I never have a problem. :lol: :lol:


----------



## JeanBlain (Mar 21, 2013)

I'll have to try that the next time the inner strand is not visibly seen! :thumbup: Thank you.


----------



## madkiwi (Jul 7, 2013)

yover8 said:


> ...if ONLY it were always this easy!
> 
> http://www.berroco.com/learning-center/how-videos/how-find-strand-yarn-center-skein


I wonder how many times they filmed that before the strand was found so easily? (Sorry, it's my cynical mind)

Madkiwi


----------



## Garianne (Apr 8, 2011)

I agree with you madkiwi, I always end up with a big yarn barf that takes ages to sort out lol


----------



## PaKnitter (Mar 7, 2011)

I kind of do that but I put a finger in both ends and wiggle around until I have a tunnel I can see through on both ends and look for the yarn end or close to it and pull out.


----------



## chickkie (Oct 26, 2011)

I don't have any problem, and so what if some more comes out, it is never a problem just to wind it around the ball until you get it used up.

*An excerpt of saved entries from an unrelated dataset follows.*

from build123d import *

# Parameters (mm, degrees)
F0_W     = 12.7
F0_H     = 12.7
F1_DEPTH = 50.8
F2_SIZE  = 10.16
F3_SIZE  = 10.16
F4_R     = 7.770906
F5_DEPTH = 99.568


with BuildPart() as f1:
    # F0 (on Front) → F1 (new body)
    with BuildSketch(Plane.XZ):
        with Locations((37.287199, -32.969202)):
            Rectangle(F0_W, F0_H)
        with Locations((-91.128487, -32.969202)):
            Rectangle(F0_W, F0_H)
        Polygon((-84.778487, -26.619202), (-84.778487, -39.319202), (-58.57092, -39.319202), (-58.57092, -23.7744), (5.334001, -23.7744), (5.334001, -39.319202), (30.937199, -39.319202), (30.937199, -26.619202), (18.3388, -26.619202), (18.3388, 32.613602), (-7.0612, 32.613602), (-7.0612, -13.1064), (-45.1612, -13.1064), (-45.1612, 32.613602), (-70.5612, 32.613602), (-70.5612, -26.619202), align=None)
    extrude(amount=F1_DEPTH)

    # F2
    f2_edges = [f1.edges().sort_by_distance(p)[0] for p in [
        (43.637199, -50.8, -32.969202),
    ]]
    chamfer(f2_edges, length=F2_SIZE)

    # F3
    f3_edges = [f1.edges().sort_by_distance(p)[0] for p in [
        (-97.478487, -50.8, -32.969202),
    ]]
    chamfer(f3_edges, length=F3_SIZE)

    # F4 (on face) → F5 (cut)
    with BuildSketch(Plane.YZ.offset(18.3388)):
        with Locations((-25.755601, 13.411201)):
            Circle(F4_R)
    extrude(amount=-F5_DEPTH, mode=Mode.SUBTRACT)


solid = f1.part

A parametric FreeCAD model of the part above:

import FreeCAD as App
import Part
import Sketcher
from FreeCAD import Vector
Q = App.Units.Quantity


def edges_at(feature, points):
    """Names of the edges that pass closest to the given points."""
    edges = feature.Shape.Edges
    near = lambda p: min(range(len(edges)), key=lambda i: edges[i].distToShape(Part.Vertex(*p))[0])
    return sorted({f"Edge{near(p) + 1}" for p in points})


def add_polygon(sketch, points):
    """Adds a closed chain of lines whose ends are joined by coincident constraints."""
    first, n = sketch.GeometryCount, len(points)
    for a, b in zip(points, points[1:] + points[:1]):
        sketch.addGeometry(Part.LineSegment(App.Vector(*a, 0), App.Vector(*b, 0)), False)
    for i in range(n):
        sketch.addConstraint(Sketcher.Constraint("Coincident", first + i, 2, first + (i + 1) % n, 1))

doc = App.newDocument("Part")
params = doc.addObject("Spreadsheet::Sheet", "Params")
for row, (alias, value) in enumerate([
    ("sketch1_width", "1 in"),
    ("sketch1_width2", "1.5 in"),
    ("sketch1_height", "0.5 in"),
    ("sketch1_height2", "1.8000001 in"),
    ("sketch1_width3", "0.996 in"),
    ("pad1_length", "2 in"),
    ("chamfer_size", "0.4 in"),
    ("chamfer2_size", "0.4 in"),
    ("pocket1_length", "3.92 in"),
], start=1):
    params.set(f"A{row}", alias)
    params.set(f"B{row}", "=" + value)
    params.setAlias(f"B{row}", alias)

body = doc.addObject("PartDesign::Body", "Body")

# Sketch on XZ plane
sketch1 = doc.addObject("Sketcher::SketchObject", "Sketch")
body.addObject(sketch1)
sketch1.AttachmentSupport = (doc.XZ_Plane, [""])
sketch1.MapMode = "FlatFace"
add_polygon(sketch1, [(44, -39), (44, -27), (18, -27), (18, 33), (-7, 33), (-7, -13), (-45, -13), (-45, 33), (-71, 33), (-71, -27), (-97, -27), (-97, -39), (-59, -39), (-59, -24), (5, -24), (5, -39)])  # lines 0-15
sketch1.addConstraint(Sketcher.Constraint("Vertical", 0))
sketch1.addConstraint(Sketcher.Constraint("Horizontal", 1))
sketch1.addConstraint(Sketcher.Constraint("Vertical", 2))
sketch1.addConstraint(Sketcher.Constraint("Horizontal", 3))
sketch1.addConstraint(Sketcher.Constraint("Vertical", 4))
sketch1.addConstraint(Sketcher.Constraint("Horizontal", 5))
sketch1.addConstraint(Sketcher.Constraint("Vertical", 6))
sketch1.addConstraint(Sketcher.Constraint("Horizontal", 7))
sketch1.addConstraint(Sketcher.Constraint("Vertical", 8))
sketch1.addConstraint(Sketcher.Constraint("Horizontal", 9))
sketch1.addConstraint(Sketcher.Constraint("Vertical", 10))
sketch1.addConstraint(Sketcher.Constraint("Horizontal", 11))
sketch1.addConstraint(Sketcher.Constraint("Vertical", 12))
sketch1.addConstraint(Sketcher.Constraint("Horizontal", 13))
sketch1.addConstraint(Sketcher.Constraint("Vertical", 14))
sketch1.addConstraint(Sketcher.Constraint("Horizontal", 15))
sketch1.addConstraint(Sketcher.Constraint("Horizontal", 3, 2, 6, 2))
sketch1.addConstraint(Sketcher.Constraint("Horizontal", 1, 2, 8, 2))
sketch1.addConstraint(Sketcher.Constraint("Horizontal", 11, 2, 14, 2))
sketch1.addConstraint(Sketcher.Constraint("Equal", 3, 7))
sketch1.addConstraint(Sketcher.Constraint("DistanceX", 3, 2, 3, 1, Q("1 in")))
sketch1.addConstraint(Sketcher.Constraint("DistanceX", 5, 2, 5, 1, Q("1.5 in")))
sketch1.addConstraint(Sketcher.Constraint("DistanceY", 0, 1, 0, 2, Q("0.5 in")))
sketch1.addConstraint(Sketcher.Constraint("DistanceY", 4, 2, 4, 1, Q("1.8000001 in")))
sketch1.addConstraint(Sketcher.Constraint("DistanceX", 1, 2, 1, 1, Q("0.996 in")))
sketch1.addConstraint(Sketcher.Constraint("DistanceX", 15, 1, 15, 2, Q("1.5079999 in")))
sketch1.addConstraint(Sketcher.Constraint("DistanceY", 2, 1, 2, 2, Q("2.3320002 in")))
sketch1.addConstraint(Sketcher.Constraint("DistanceY", 12, 1, 12, 2, Q("0.6120001 in")))
sketch1.addConstraint(Sketcher.Constraint("DistanceX", -1, 1, 13, 2, Q("0.21 in")))
sketch1.addConstraint(Sketcher.Constraint("DistanceY", 0, 2, -1, 1, Q("1.0480001 in")))
sketch1.addConstraint(Sketcher.Constraint("DistanceX", 13, 1, 13, 2, Q("63.904921 mm")))
sketch1.addConstraint(Sketcher.Constraint("DistanceX", 9, 2, 9, 1, Q("26.917287 mm")))
sketch1.setExpression("Constraints[36]", "Params.sketch1_width")
sketch1.setExpression("Constraints[37]", "Params.sketch1_width2")
sketch1.setExpression("Constraints[38]", "Params.sketch1_height")
sketch1.setExpression("Constraints[39]", "Params.sketch1_height2")
sketch1.setExpression("Constraints[40]", "Params.sketch1_width3")
pad1 = doc.addObject("PartDesign::Pad", "Pad")
body.addObject(pad1)
pad1.Profile = sketch1
pad1.setExpression("Length", "Params.pad1_length")
doc.recompute()

chamfer = doc.addObject("PartDesign::Chamfer", "Chamfer")
body.addObject(chamfer)
chamfer.Base = (pad1, edges_at(pad1, [(43.637, -50.8, -32.969)]))
chamfer.setExpression("Size", "Params.chamfer_size")
doc.recompute()

chamfer2 = doc.addObject("PartDesign::Chamfer", "Chamfer001")
body.addObject(chamfer2)
chamfer2.Base = (chamfer, edges_at(chamfer, [(-97.478, -50.8, -32.969)]))
chamfer2.setExpression("Size", "Params.chamfer2_size")

# Sketch on YZ plane
sketch2 = doc.addObject("Sketcher::SketchObject", "Sketch001")
body.addObject(sketch2)
sketch2.AttachmentSupport = (doc.YZ_Plane, [""])
sketch2.MapMode = "FlatFace"
sketch2.AttachmentOffset = App.Placement(Vector(0, 0, 0.722 * 25.4), App.Rotation())
sketch2.addGeometry(Part.Circle(Vector(-26, 13, 0), Vector(0, 0, 1), 8), False)
sketch2.addConstraint(Sketcher.Constraint("DistanceX", 0, 3, -1, 1, Q("1.014 in")))
sketch2.addConstraint(Sketcher.Constraint("DistanceY", -1, 1, 0, 3, Q("0.528 in")))
sketch2.addConstraint(Sketcher.Constraint("Diameter", 0, Q("15.541812 mm")))
pocket1 = doc.addObject("PartDesign::Pocket", "Pocket")
body.addObject(pocket1)
pocket1.Profile = sketch2
pocket1.setExpression("Length", "Params.pocket1_length")

doc.recompute()
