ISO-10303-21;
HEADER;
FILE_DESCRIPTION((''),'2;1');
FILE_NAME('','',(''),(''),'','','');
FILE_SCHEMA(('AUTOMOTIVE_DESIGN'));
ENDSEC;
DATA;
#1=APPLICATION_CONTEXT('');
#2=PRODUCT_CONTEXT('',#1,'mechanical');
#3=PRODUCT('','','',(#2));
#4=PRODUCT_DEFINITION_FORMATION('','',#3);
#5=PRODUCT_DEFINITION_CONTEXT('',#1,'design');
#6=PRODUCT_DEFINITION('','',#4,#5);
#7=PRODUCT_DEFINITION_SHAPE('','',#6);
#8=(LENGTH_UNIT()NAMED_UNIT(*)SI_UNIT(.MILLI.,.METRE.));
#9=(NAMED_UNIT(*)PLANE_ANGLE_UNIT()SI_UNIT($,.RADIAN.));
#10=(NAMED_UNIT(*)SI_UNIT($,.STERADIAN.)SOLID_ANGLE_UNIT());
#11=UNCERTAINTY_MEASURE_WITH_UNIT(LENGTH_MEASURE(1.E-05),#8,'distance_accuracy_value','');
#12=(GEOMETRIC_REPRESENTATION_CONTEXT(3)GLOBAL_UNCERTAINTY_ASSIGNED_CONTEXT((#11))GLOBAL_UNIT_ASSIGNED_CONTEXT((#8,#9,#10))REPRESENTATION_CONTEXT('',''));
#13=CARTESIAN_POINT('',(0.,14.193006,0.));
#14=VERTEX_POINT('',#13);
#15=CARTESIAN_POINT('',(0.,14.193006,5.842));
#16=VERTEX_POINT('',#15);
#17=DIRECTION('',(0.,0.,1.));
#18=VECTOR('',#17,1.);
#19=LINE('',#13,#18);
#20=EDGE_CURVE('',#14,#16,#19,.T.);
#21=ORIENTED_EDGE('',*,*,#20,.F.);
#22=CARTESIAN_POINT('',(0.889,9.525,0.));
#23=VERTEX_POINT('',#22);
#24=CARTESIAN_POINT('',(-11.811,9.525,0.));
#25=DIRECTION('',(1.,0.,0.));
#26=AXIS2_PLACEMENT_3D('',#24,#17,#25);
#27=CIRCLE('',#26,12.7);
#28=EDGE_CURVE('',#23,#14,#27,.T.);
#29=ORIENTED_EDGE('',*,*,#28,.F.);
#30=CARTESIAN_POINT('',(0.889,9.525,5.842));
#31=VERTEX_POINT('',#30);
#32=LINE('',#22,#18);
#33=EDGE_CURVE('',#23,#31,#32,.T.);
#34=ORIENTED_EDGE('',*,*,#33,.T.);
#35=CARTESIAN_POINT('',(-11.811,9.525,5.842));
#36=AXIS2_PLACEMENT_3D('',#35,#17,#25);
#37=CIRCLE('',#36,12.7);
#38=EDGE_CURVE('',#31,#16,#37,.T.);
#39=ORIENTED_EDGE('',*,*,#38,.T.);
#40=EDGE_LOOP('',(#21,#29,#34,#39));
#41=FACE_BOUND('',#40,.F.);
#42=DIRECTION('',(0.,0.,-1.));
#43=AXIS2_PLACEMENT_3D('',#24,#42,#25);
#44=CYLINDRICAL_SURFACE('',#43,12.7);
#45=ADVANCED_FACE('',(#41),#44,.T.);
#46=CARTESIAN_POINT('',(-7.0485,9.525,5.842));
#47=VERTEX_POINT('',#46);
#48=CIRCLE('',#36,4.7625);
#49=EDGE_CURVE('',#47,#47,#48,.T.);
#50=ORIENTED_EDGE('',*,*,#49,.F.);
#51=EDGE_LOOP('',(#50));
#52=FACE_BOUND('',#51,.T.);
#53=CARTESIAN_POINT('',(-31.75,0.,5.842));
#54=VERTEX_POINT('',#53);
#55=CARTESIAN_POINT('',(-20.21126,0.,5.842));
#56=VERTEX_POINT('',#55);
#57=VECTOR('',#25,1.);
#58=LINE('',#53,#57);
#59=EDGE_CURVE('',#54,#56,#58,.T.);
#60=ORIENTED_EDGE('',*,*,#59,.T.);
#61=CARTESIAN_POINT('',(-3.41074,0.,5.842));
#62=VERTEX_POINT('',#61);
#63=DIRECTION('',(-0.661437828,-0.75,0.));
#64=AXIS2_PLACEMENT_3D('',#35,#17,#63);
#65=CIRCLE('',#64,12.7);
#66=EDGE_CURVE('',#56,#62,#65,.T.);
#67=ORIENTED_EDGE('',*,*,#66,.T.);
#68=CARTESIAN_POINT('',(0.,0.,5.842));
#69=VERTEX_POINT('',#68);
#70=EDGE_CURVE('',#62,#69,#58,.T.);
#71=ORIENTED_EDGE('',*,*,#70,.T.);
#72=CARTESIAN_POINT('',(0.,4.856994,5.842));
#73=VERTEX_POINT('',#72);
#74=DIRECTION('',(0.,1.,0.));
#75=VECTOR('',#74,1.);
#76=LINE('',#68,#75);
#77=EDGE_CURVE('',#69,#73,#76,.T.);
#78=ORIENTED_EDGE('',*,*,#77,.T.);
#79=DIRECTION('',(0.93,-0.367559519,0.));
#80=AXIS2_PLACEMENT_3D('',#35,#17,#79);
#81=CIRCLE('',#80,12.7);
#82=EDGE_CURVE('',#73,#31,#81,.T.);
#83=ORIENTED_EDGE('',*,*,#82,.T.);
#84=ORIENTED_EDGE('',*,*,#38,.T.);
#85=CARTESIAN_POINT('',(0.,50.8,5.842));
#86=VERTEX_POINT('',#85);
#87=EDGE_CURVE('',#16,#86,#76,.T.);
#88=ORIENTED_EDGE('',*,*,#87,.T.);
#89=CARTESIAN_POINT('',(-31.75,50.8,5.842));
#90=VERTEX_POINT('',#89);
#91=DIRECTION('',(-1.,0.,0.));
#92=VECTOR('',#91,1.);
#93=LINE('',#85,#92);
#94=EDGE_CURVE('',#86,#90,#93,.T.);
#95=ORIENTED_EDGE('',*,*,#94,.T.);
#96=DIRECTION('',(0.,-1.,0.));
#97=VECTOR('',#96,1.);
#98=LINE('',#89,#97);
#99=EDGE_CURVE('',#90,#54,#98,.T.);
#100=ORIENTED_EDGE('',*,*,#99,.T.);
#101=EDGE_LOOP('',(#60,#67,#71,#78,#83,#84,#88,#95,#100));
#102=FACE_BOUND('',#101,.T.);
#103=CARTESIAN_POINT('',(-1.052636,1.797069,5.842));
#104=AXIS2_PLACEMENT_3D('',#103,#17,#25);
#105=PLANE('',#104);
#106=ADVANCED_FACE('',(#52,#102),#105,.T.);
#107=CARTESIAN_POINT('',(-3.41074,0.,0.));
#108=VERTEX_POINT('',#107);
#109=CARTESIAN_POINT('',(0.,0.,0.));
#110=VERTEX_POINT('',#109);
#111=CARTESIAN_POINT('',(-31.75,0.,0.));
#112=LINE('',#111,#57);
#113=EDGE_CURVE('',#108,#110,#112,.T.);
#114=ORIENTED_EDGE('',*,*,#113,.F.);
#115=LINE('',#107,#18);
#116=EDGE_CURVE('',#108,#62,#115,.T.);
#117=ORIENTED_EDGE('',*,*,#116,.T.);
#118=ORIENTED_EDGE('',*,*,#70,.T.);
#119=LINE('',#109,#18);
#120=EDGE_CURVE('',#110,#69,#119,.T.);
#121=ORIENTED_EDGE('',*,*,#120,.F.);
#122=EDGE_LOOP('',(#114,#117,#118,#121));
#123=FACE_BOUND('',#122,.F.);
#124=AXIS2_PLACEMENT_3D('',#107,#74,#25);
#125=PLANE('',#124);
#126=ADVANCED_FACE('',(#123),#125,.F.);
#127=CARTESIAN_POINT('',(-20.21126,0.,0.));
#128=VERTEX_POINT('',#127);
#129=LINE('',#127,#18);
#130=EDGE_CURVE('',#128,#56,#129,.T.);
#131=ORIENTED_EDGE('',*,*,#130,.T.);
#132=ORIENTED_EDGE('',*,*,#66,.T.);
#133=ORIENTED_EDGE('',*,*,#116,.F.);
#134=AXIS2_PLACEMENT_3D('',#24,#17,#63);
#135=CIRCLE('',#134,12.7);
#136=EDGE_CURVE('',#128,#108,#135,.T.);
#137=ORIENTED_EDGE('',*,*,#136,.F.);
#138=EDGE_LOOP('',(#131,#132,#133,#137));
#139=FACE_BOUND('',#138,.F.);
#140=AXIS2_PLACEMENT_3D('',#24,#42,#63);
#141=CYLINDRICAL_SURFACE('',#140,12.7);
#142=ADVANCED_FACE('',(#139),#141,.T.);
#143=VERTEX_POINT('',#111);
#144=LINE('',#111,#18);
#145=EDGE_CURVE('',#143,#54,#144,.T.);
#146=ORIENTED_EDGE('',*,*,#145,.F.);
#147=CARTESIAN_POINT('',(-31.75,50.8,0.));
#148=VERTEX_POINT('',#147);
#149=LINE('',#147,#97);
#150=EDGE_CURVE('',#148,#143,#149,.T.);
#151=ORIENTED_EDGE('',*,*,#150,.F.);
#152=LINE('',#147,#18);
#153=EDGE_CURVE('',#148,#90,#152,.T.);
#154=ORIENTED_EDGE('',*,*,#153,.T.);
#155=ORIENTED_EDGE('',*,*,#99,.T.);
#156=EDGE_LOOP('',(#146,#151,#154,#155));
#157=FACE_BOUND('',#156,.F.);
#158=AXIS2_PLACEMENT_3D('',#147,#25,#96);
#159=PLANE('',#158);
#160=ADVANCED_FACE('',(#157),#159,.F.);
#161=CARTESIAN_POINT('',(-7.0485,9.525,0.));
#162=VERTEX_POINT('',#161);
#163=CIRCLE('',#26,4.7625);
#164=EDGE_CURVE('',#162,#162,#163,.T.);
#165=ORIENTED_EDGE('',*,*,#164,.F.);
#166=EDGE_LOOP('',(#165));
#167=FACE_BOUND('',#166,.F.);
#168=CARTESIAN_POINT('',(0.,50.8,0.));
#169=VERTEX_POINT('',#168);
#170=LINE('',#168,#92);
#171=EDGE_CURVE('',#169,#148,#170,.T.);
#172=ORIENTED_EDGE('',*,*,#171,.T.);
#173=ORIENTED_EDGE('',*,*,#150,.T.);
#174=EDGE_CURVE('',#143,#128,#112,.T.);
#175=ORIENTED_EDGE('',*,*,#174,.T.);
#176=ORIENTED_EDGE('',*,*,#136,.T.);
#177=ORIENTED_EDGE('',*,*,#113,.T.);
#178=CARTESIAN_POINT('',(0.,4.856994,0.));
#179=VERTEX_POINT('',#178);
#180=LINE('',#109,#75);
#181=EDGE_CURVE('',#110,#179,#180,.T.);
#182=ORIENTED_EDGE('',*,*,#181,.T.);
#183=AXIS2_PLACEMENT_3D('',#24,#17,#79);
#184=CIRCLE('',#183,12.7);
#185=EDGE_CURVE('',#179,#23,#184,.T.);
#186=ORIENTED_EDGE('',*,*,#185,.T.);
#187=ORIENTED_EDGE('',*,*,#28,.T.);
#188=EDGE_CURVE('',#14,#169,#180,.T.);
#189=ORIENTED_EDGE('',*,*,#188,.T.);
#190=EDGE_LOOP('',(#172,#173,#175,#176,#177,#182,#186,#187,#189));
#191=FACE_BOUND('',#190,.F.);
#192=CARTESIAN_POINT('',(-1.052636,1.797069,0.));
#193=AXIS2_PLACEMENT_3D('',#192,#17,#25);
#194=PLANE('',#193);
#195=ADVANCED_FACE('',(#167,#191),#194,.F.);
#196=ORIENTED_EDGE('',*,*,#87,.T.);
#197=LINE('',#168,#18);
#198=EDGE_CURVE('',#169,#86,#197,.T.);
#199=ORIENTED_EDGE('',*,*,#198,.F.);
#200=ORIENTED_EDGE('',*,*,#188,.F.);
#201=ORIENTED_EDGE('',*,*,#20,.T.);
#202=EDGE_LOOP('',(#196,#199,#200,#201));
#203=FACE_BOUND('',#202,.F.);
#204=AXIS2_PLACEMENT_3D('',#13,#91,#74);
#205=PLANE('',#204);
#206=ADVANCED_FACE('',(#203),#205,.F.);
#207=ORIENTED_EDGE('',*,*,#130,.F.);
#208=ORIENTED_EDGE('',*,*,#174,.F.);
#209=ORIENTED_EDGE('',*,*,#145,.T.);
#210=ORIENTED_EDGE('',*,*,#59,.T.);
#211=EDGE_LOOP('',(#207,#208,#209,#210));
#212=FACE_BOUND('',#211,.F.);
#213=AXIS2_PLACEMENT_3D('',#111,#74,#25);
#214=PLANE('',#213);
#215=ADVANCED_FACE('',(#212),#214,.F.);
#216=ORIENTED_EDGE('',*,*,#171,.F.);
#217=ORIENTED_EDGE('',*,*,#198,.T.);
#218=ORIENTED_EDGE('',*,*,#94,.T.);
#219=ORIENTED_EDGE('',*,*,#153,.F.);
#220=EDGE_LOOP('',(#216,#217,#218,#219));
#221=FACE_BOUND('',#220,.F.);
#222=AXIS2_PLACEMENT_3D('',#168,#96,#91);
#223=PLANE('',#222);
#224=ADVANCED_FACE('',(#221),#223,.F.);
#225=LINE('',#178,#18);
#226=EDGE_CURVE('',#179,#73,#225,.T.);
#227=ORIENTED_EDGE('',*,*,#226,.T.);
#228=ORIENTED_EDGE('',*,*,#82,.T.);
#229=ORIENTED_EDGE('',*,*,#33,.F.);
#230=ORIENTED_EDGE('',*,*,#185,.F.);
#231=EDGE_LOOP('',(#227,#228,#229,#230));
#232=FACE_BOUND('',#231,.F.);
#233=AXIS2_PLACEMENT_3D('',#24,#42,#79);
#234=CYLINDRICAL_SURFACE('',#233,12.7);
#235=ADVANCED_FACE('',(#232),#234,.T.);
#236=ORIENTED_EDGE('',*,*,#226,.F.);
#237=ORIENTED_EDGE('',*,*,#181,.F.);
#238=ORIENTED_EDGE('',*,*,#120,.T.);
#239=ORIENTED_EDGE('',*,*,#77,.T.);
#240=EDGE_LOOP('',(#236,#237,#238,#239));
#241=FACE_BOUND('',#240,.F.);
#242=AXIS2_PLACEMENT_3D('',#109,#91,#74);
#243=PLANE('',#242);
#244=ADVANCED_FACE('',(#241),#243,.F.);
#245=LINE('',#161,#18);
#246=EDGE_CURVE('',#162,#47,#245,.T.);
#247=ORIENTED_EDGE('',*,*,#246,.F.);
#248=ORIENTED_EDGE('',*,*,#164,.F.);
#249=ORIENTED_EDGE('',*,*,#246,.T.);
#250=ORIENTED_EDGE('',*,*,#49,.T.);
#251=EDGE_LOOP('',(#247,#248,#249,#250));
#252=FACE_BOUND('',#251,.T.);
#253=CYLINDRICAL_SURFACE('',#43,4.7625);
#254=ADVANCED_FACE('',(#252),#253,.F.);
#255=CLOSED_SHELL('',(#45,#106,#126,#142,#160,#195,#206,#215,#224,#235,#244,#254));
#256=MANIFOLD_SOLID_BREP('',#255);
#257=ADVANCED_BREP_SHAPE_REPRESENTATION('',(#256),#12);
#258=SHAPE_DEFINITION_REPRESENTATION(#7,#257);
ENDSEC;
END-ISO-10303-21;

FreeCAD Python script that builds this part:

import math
import FreeCAD as App
import Part
import Sketcher

V = App.Vector
Q = App.Units.Quantity

doc = App.newDocument("Part")
body = doc.addObject("PartDesign::Body", "Body")

# Sketch on XY plane
sketch1 = body.newObject("Sketcher::SketchObject", "Sketch")
sketch1.AttachmentSupport = (doc.getObject("XY_Plane"), [""])
sketch1.MapMode = "FlatFace"
sketch1.addGeometry(Part.LineSegment(V(0, 0, 0), V(0, 4.9, 0)), False)
sketch1.addGeometry(Part.ArcOfCircle(Part.Circle(V(-11.8, 9.5, 0), V(0, 0, 1), 12.7), math.radians(-22), math.radians(0)), False)
sketch1.addGeometry(Part.ArcOfCircle(Part.Circle(V(-11.8, 9.5, 0), V(0, 0, 1), 12.7), math.radians(0), math.radians(22)), False)
sketch1.addGeometry(Part.LineSegment(V(0, 14.2, 0), V(0, 50.8, 0)), False)
sketch1.addGeometry(Part.LineSegment(V(0, 50.8, 0), V(-31.8, 50.8, 0)), False)
sketch1.addGeometry(Part.LineSegment(V(-31.8, 50.8, 0), V(-31.8, 0, 0)), False)
sketch1.addGeometry(Part.LineSegment(V(-31.8, 0, 0), V(-20.2, 0, 0)), False)
sketch1.addGeometry(Part.ArcOfCircle(Part.Circle(V(-11.8, 9.5, 0), V(0, 0, 1), 12.7), math.radians(-131), math.radians(-49)), False)
sketch1.addGeometry(Part.LineSegment(V(-3.4, 0, 0), V(0, 0, 0)), False)
sketch1.addGeometry(Part.Circle(V(-11.8, 9.5, 0), V(0, 0, 1), 4.8), False)
sketch1.addConstraint(Sketcher.Constraint("Coincident", 0, 2, 1, 1))
sketch1.addConstraint(Sketcher.Constraint("Tangent", 1, 2, 2, 1))
sketch1.addConstraint(Sketcher.Constraint("Coincident", 2, 2, 3, 1))
sketch1.addConstraint(Sketcher.Constraint("Coincident", 3, 2, 4, 1))
sketch1.addConstraint(Sketcher.Constraint("Coincident", 4, 2, 5, 1))
sketch1.addConstraint(Sketcher.Constraint("Coincident", 5, 2, 6, 1))
sketch1.addConstraint(Sketcher.Constraint("Coincident", 6, 2, 7, 1))
sketch1.addConstraint(Sketcher.Constraint("Coincident", 7, 2, 8, 1))
sketch1.addConstraint(Sketcher.Constraint("Coincident", 8, 2, 0, 1))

The trick is not to be hasty and pull and tug the yarn. I don't want to have my yarn bouncing all around when knitting from it so if I can't find the center I will rewind it on my yarn winder.

There are a lot of toys available to make life easier, but nothing more important in my knitting arsenal as my yarn winder and swift.


----------



## EweLaLa (Jun 12, 2014)

madkiwi said:


> I wonder how many times they filmed that before the strand was found so easily? (Sorry, it's my cynical mind)
> 
> Madkiwi


I have to agree! Most of the time I pull out half of the skein....


----------



## Ginny K (Jun 1, 2011)

madkiwi said:


> I wonder how many times they filmed that before the strand was found so easily? (Sorry, it's my cynical mind)
> 
> Madkiwi


 I agree


----------



## poverbaugh (Aug 9, 2012)

Why can some yarn companies have a little pull out on the end and other companies, usually the more expensive yarns, can't do that for us. We can do it on our winder so why can't they install a machine that can wind it with the string sneaking out.


----------



## Marilyn K. (Jul 8, 2011)

galaxycraft said:


> For some reason I can not view the videos from the Berroco site, but .....
> I never have a problem. :lol: :lol:


Oh now, that's just showing off. lol


----------



## shadypineslady (Jan 28, 2014)

I have some of that yarn. When I think I've gotten hold of the single strand and pull, half the yarn pulls out of the center. I think the video is fake. I'll post a picture next time I pull from the center of one of these skeins.


----------



## TXBARB (May 27, 2013)

madkiwi said:


> I wonder how many times they filmed that before the strand was found so easily? (Sorry, it's my cynical mind)
> 
> Madkiwi


I agree.


----------



## yanagi (Jul 7, 2013)

Sounds easy, looks easy. But half the time I get giant yarn barf. The other half, I find the center end. *shrug*


----------



## MARIASPAIN (Apr 16, 2014)

TXBARB said:


> I agree.


absolutely, many, many, many....


----------



## franci6810 (Dec 18, 2012)

madkiwi said:


> I wonder how many times they filmed that before the strand was found so easily? (Sorry, it's my cynical mind)
> 
> Madkiwi


So I must be cynical too. Never ever do I find the center strand - always a yarn barf before finding it. And sometimes not even then!!


----------



## impatient knitter (Oct 5, 2011)

yover8 said:


> ...if ONLY it were always this easy!
> 
> http://www.berroco.com/learning-center/how-videos/how-find-strand-yarn-center-skein


I'm glad I'm not the only one who feels this way. Can't tell you HOW many skeins I've tried it with: with the label facing you; with the label NOT facing you; to the right of the label as it faces you; to the left of the label....yada, yada, yada. I always get yarn "barf" no matter HOW I try to find the hidden strand!!
...gloria


----------



## Jalsh (Aug 6, 2012)

Oh, that was staged!


----------



## Peggy Beryl (Jun 4, 2012)

How many times do you think Emily did that before they succeeded in making a video that actually came out right? I use a lot of Berroco yarns, and I don't think I've had any reveal the yarn end quite that readily.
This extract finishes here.